▶ **What you have to do**
Set down exactly the entries below, beginning at their first line and ending at the line with "v9 (0,-1,31)".

----

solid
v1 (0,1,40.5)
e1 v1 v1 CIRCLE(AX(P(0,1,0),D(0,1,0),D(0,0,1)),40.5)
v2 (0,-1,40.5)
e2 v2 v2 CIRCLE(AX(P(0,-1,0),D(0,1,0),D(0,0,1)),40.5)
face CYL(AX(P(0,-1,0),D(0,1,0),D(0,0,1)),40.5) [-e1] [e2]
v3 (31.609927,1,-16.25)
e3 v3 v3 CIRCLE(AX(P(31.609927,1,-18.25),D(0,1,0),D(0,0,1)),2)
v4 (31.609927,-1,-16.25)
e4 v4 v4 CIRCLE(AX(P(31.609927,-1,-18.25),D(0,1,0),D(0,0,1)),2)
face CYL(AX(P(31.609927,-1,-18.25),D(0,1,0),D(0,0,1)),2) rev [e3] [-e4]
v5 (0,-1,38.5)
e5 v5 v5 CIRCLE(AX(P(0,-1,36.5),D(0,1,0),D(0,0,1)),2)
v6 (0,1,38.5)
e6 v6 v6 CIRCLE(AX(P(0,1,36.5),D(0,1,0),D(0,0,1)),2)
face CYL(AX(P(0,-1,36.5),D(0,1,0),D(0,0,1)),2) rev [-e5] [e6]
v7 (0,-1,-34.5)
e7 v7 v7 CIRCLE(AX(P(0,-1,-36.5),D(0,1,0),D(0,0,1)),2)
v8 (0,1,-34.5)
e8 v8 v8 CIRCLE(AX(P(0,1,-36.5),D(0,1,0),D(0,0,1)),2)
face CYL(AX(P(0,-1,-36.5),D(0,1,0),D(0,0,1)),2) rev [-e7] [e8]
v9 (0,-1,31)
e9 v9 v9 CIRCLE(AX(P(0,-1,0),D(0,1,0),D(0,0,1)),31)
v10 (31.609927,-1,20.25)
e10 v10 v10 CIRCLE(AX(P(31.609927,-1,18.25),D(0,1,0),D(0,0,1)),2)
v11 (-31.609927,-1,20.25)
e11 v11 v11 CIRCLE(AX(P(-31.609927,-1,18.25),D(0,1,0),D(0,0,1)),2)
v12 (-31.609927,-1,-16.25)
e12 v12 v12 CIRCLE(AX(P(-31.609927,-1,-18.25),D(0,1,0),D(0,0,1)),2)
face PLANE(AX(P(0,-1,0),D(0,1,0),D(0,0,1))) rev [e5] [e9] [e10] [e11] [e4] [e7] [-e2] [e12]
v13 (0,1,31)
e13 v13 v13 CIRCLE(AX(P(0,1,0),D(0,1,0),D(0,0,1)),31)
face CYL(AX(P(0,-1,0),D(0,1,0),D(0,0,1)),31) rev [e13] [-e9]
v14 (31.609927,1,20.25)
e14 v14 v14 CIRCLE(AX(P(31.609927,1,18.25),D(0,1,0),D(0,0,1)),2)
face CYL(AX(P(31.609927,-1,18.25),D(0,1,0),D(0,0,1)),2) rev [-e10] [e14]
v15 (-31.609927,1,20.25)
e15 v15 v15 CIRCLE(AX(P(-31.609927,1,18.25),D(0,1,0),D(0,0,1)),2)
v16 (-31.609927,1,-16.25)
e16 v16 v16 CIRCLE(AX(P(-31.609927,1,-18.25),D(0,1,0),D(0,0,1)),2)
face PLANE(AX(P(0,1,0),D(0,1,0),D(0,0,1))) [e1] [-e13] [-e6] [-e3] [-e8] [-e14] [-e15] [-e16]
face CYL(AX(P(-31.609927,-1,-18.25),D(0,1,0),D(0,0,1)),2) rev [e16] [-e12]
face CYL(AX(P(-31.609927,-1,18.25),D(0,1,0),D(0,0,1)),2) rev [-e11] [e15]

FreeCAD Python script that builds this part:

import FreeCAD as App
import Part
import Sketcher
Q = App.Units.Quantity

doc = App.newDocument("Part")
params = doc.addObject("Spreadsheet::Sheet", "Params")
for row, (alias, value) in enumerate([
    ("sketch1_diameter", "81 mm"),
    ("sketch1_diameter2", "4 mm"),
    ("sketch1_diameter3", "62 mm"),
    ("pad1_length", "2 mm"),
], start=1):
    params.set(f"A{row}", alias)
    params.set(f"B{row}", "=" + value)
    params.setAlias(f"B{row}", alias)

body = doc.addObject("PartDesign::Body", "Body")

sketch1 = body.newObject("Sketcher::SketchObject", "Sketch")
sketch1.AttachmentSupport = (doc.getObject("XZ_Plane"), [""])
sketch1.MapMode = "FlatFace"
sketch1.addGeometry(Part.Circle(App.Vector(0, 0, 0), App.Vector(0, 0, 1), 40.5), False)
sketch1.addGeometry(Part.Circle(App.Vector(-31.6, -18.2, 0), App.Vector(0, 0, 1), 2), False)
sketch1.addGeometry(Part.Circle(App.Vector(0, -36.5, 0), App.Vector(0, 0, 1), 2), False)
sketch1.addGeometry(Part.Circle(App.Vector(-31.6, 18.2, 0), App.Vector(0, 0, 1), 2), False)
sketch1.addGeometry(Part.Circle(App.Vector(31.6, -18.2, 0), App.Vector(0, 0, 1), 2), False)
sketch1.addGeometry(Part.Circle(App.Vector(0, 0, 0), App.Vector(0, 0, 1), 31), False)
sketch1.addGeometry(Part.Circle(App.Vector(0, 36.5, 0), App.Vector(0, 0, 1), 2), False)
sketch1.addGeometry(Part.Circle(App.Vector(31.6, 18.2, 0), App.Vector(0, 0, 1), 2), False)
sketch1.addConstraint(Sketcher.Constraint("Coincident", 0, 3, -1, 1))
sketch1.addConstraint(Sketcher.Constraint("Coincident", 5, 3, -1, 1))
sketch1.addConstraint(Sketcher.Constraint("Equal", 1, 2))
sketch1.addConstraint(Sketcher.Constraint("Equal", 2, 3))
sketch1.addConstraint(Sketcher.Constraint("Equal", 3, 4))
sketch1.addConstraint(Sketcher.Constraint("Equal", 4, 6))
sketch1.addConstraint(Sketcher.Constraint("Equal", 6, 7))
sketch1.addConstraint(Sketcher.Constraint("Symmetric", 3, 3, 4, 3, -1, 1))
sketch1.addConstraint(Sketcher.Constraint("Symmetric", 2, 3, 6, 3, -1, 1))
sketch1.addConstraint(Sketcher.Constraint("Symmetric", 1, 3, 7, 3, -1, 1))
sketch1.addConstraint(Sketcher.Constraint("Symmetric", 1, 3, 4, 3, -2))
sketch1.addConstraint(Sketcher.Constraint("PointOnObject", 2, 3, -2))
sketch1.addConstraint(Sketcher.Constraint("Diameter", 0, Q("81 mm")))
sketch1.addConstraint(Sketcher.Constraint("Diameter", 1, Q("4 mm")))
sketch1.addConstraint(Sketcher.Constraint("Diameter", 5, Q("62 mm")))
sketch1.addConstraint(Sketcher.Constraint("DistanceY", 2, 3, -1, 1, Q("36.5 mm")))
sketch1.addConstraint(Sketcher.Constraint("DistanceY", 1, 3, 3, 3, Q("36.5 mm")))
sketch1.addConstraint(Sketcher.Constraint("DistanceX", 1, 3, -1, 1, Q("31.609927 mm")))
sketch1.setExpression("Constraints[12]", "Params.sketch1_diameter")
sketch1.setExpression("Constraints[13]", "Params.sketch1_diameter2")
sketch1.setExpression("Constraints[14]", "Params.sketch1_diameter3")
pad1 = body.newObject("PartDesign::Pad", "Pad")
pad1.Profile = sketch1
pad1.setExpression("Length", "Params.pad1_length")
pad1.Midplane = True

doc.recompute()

----

▶ **Solution**
solid
v1 (0,1,40.5)
e1 v1 v1 CIRCLE(AX(P(0,1,0),D(0,1,0),D(0,0,1)),40.5)
v2 (0,-1,40.5)
e2 v2 v2 CIRCLE(AX(P(0,-1,0),D(0,1,0),D(0,0,1)),40.5)
face CYL(AX(P(0,-1,0),D(0,1,0),D(0,0,1)),40.5) [-e1] [e2]
v3 (31.609927,1,-16.25)
e3 v3 v3 CIRCLE(AX(P(31.609927,1,-18.25),D(0,1,0),D(0,0,1)),2)
v4 (31.609927,-1,-16.25)
e4 v4 v4 CIRCLE(AX(P(31.609927,-1,-18.25),D(0,1,0),D(0,0,1)),2)
face CYL(AX(P(31.609927,-1,-18.25),D(0,1,0),D(0,0,1)),2) rev [e3] [-e4]
v5 (0,-1,38.5)
e5 v5 v5 CIRCLE(AX(P(0,-1,36.5),D(0,1,0),D(0,0,1)),2)
v6 (0,1,38.5)
e6 v6 v6 CIRCLE(AX(P(0,1,36.5),D(0,1,0),D(0,0,1)),2)
face CYL(AX(P(0,-1,36.5),D(0,1,0),D(0,0,1)),2) rev [-e5] [e6]
v7 (0,-1,-34.5)
e7 v7 v7 CIRCLE(AX(P(0,-1,-36.5),D(0,1,0),D(0,0,1)),2)
v8 (0,1,-34.5)
e8 v8 v8 CIRCLE(AX(P(0,1,-36.5),D(0,1,0),D(0,0,1)),2)
face CYL(AX(P(0,-1,-36.5),D(0,1,0),D(0,0,1)),2) rev [-e7] [e8]
v9 (0,-1,31)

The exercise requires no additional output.